* **Information shown**

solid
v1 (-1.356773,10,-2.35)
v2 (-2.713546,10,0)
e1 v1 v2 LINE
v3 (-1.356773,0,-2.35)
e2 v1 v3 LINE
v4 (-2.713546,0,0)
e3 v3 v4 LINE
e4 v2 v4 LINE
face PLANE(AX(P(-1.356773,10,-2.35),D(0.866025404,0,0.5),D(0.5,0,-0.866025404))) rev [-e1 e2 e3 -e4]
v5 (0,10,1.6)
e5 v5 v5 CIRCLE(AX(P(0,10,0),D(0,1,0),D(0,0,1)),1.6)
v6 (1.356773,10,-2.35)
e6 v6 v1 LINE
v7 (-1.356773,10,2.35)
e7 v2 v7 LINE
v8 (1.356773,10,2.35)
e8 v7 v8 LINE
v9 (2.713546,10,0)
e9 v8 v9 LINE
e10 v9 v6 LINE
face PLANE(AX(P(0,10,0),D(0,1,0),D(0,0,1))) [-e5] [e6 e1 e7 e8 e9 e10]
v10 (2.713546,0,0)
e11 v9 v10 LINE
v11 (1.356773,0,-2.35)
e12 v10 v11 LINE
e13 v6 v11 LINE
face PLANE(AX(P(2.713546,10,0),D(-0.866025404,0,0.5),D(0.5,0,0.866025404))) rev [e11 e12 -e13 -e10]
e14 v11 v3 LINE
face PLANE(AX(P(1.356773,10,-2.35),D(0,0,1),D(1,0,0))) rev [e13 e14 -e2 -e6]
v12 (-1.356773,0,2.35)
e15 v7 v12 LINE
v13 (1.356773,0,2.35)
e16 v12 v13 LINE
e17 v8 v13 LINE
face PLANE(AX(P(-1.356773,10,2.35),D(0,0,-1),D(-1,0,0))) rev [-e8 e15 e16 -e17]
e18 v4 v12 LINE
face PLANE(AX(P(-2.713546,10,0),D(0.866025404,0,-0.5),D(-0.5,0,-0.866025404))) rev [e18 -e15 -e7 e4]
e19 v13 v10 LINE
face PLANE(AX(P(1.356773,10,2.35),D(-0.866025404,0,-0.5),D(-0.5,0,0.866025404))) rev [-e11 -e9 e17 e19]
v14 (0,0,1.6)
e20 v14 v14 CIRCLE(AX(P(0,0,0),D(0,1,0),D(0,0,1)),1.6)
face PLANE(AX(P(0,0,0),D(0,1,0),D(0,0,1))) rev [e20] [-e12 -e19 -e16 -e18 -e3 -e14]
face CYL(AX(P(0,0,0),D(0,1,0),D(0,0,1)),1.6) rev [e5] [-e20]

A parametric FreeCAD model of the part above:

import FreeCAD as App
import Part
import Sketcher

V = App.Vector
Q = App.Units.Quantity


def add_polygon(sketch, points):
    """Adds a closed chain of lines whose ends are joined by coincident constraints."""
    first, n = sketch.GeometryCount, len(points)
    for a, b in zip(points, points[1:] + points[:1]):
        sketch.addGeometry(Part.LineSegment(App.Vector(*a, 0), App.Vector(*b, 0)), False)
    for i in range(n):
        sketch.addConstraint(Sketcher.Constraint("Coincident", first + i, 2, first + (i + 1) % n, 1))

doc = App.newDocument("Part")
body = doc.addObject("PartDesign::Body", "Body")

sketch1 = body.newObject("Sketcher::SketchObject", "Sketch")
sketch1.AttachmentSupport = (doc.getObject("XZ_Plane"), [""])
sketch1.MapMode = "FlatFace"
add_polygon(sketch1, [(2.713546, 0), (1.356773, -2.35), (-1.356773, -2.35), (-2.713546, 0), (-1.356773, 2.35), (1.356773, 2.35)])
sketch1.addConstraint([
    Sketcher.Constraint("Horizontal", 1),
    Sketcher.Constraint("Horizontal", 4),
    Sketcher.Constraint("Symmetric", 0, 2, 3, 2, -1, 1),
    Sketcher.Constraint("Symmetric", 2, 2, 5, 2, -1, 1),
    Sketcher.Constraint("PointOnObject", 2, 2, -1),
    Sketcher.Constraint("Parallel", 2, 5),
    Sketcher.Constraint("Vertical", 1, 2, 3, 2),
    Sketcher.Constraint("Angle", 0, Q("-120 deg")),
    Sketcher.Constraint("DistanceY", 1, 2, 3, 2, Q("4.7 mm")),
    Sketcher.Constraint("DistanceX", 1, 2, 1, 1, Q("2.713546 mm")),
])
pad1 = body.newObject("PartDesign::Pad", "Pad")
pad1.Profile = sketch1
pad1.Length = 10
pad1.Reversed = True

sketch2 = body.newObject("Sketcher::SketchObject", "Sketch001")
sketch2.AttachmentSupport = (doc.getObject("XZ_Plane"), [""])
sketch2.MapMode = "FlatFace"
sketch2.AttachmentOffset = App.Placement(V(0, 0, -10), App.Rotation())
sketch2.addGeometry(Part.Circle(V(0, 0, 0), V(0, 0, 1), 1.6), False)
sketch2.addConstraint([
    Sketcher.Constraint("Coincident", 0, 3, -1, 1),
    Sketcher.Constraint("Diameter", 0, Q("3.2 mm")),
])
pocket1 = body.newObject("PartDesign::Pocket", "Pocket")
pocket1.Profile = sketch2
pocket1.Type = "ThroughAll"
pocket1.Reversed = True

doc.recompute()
==
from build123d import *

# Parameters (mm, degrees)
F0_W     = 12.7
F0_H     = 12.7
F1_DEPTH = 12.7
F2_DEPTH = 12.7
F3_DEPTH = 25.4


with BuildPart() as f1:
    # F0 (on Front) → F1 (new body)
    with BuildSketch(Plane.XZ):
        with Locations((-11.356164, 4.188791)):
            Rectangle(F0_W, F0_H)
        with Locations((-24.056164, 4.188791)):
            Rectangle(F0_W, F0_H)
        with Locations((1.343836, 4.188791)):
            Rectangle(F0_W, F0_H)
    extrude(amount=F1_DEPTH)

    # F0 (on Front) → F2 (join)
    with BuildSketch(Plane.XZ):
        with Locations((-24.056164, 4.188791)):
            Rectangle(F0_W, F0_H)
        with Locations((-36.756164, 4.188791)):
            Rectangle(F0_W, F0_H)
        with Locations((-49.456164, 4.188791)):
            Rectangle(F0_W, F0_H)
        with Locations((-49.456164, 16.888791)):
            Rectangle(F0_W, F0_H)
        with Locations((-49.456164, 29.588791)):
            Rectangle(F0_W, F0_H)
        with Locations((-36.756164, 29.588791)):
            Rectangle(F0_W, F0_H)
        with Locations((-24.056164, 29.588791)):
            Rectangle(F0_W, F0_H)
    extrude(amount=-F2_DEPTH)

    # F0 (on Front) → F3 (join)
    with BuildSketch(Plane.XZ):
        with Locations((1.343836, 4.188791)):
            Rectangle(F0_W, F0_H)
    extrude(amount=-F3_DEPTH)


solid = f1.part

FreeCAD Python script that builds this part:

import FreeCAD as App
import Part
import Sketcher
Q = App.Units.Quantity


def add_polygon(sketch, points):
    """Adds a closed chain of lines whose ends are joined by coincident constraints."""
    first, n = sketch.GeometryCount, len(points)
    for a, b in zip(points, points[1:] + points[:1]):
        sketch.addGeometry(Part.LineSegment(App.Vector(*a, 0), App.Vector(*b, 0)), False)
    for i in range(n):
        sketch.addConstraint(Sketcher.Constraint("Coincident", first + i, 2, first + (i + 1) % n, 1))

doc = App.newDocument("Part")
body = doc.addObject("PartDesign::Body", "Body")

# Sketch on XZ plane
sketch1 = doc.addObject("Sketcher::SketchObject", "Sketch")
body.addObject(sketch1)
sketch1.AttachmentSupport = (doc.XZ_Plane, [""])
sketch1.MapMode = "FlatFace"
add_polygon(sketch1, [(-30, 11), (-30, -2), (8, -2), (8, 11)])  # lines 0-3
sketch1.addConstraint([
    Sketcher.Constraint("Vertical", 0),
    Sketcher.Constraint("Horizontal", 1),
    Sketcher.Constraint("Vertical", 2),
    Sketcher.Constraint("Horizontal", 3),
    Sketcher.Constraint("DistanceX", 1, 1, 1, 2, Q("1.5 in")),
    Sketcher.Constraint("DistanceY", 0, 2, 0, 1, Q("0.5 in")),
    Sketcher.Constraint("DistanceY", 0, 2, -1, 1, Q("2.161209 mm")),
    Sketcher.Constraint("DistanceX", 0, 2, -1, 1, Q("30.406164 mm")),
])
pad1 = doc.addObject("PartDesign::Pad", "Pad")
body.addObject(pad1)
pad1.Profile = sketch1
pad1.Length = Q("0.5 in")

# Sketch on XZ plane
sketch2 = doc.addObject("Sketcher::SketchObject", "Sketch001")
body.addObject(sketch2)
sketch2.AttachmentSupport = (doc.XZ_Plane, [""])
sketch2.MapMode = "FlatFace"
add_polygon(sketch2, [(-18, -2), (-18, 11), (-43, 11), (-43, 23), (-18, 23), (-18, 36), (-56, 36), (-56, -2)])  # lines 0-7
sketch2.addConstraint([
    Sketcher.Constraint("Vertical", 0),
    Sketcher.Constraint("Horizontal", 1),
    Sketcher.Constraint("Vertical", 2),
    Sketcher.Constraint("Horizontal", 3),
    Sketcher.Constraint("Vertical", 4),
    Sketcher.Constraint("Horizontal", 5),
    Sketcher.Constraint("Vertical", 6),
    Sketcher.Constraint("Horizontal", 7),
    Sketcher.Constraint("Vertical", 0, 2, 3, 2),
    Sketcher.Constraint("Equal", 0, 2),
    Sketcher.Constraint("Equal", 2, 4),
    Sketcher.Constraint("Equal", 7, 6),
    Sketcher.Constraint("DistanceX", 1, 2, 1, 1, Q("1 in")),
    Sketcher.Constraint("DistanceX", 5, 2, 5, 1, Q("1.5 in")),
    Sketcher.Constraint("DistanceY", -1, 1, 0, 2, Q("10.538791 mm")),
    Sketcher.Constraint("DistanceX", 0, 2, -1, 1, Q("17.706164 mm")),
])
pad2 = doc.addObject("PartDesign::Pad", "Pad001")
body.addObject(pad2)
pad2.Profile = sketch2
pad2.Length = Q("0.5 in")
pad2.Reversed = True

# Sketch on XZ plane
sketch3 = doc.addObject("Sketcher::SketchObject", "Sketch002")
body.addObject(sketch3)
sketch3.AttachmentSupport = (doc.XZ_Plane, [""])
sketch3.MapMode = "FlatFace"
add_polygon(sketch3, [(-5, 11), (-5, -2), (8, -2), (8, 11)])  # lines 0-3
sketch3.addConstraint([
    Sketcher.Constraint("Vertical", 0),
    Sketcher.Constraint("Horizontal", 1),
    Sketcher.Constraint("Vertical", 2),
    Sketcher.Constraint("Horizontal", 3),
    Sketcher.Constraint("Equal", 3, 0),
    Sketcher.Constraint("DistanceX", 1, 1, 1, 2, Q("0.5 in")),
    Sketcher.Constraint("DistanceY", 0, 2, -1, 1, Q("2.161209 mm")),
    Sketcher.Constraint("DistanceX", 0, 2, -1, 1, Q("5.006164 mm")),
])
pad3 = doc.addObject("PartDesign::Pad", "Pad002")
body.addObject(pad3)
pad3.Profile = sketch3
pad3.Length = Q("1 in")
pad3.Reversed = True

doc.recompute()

* **Work required**
Lines wanted from the listing above: the line with "e8 v7 v8 LINE" up to and including the line with "A parametric FreeCAD". Please write them out exactly, adding nothing else.

* **Expected answer**
e8 v7 v8 LINE
v9 (2.713546,10,0)
e9 v8 v9 LINE
e10 v9 v6 LINE
face PLANE(AX(P(0,10,0),D(0,1,0),D(0,0,1))) [-e5] [e6 e1 e7 e8 e9 e10]
v10 (2.713546,0,0)
e11 v9 v10 LINE
v11 (1.356773,0,-2.35)
e12 v10 v11 LINE
e13 v6 v11 LINE
face PLANE(AX(P(2.713546,10,0),D(-0.866025404,0,0.5),D(0.5,0,0.866025404))) rev [e11 e12 -e13 -e10]
e14 v11 v3 LINE
face PLANE(AX(P(1.356773,10,-2.35),D(0,0,1),D(1,0,0))) rev [e13 e14 -e2 -e6]
v12 (-1.356773,0,2.35)
e15 v7 v12 LINE
v13 (1.356773,0,2.35)
e16 v12 v13 LINE
e17 v8 v13 LINE
face PLANE(AX(P(-1.356773,10,2.35),D(0,0,-1),D(-1,0,0))) rev [-e8 e15 e16 -e17]
e18 v4 v12 LINE
face PLANE(AX(P(-2.713546,10,0),D(0.866025404,0,-0.5),D(-0.5,0,-0.866025404))) rev [e18 -e15 -e7 e4]
e19 v13 v10 LINE
face PLANE(AX(P(1.356773,10,2.35),D(-0.866025404,0,-0.5),D(-0.5,0,0.866025404))) rev [-e11 -e9 e17 e19]
v14 (0,0,1.6)
e20 v14 v14 CIRCLE(AX(P(0,0,0),D(0,1,0),D(0,0,1)),1.6)
face PLANE(AX(P(0,0,0),D(0,1,0),D(0,0,1))) rev [e20] [-e12 -e19 -e16 -e18 -e3 -e14]
face CYL(AX(P(0,0,0),D(0,1,0),D(0,0,1)),1.6) rev [e5] [-e20]

A parametric FreeCAD model of the part above:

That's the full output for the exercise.